- **EXERCISE INSTRUCTIONS**:
Only the lines from the start of the data through the one containing "A parametric FreeCAD" belong in your answer; return them exactly.

(Saved entries)
········

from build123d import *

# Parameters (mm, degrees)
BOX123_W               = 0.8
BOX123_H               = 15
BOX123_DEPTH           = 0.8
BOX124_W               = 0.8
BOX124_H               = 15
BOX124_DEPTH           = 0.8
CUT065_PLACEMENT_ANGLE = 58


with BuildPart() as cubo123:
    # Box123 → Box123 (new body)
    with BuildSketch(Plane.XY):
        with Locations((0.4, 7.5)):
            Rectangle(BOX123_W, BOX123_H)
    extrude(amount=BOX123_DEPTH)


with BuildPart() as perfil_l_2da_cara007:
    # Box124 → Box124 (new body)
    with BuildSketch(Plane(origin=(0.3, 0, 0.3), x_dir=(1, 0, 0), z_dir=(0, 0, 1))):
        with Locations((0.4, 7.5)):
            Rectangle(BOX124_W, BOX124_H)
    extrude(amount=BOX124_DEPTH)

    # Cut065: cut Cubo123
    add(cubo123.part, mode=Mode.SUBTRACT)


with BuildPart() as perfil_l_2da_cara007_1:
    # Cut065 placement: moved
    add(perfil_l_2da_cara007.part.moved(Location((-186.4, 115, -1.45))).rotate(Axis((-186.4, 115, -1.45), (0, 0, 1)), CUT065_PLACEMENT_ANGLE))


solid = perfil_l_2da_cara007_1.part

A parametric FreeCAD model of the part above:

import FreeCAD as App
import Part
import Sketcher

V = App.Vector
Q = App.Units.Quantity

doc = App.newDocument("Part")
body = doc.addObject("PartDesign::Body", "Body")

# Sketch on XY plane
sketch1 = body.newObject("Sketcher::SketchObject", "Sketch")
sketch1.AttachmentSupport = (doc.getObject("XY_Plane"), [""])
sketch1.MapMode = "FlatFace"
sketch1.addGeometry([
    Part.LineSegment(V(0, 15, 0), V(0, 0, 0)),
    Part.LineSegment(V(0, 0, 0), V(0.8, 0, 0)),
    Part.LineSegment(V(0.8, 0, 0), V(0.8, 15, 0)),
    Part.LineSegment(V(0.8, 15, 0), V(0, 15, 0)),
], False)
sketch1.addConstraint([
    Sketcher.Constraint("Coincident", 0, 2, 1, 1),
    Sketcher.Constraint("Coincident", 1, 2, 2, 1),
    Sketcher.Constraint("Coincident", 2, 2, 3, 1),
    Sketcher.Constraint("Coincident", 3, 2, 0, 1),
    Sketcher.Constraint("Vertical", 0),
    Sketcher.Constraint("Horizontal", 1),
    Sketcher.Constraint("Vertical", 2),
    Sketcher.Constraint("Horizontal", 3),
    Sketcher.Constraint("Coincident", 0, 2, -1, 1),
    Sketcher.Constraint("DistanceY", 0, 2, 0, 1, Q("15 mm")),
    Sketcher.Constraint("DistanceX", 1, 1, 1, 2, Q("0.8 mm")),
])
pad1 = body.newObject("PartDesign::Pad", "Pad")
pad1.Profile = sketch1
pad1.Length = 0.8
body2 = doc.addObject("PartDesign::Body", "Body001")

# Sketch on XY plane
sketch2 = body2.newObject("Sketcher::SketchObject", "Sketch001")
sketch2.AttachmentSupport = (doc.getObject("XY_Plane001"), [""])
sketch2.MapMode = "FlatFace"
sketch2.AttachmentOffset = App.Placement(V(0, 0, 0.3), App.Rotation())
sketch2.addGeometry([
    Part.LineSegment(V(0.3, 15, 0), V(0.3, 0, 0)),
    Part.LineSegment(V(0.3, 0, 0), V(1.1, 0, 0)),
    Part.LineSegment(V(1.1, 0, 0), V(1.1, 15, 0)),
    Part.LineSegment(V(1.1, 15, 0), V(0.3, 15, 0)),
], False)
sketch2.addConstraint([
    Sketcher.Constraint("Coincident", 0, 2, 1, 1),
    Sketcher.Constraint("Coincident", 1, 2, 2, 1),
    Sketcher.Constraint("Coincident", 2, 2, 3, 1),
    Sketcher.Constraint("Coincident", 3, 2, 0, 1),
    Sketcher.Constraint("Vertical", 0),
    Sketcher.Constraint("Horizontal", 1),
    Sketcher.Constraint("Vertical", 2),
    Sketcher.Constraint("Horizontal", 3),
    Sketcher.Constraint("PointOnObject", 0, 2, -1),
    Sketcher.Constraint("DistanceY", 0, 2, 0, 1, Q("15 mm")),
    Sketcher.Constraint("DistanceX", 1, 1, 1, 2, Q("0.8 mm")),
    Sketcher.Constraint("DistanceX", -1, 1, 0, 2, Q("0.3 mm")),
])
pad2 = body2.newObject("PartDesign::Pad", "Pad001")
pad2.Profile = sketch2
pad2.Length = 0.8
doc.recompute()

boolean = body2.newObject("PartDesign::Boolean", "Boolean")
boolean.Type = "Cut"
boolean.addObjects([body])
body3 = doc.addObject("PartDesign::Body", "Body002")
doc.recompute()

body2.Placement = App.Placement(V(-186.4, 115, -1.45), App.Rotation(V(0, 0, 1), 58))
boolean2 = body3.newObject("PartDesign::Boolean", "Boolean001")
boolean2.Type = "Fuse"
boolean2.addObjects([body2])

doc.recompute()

········

- **TASK ANSWER**:
from build123d import *

# Parameters (mm, degrees)
BOX123_W               = 0.8
BOX123_H               = 15
BOX123_DEPTH           = 0.8
BOX124_W               = 0.8
BOX124_H               = 15
BOX124_DEPTH           = 0.8
CUT065_PLACEMENT_ANGLE = 58


with BuildPart() as cubo123:
    # Box123 → Box123 (new body)
    with BuildSketch(Plane.XY):
        with Locations((0.4, 7.5)):
            Rectangle(BOX123_W, BOX123_H)
    extrude(amount=BOX123_DEPTH)


with BuildPart() as perfil_l_2da_cara007:
    # Box124 → Box124 (new body)
    with BuildSketch(Plane(origin=(0.3, 0, 0.3), x_dir=(1, 0, 0), z_dir=(0, 0, 1))):
        with Locations((0.4, 7.5)):
            Rectangle(BOX124_W, BOX124_H)
    extrude(amount=BOX124_DEPTH)

    # Cut065: cut Cubo123
    add(cubo123.part, mode=Mode.SUBTRACT)


with BuildPart() as perfil_l_2da_cara007_1:
    # Cut065 placement: moved
    add(perfil_l_2da_cara007.part.moved(Location((-186.4, 115, -1.45))).rotate(Axis((-186.4, 115, -1.45), (0, 0, 1)), CUT065_PLACEMENT_ANGLE))


solid = perfil_l_2da_cara007_1.part

A parametric FreeCAD model of the part above:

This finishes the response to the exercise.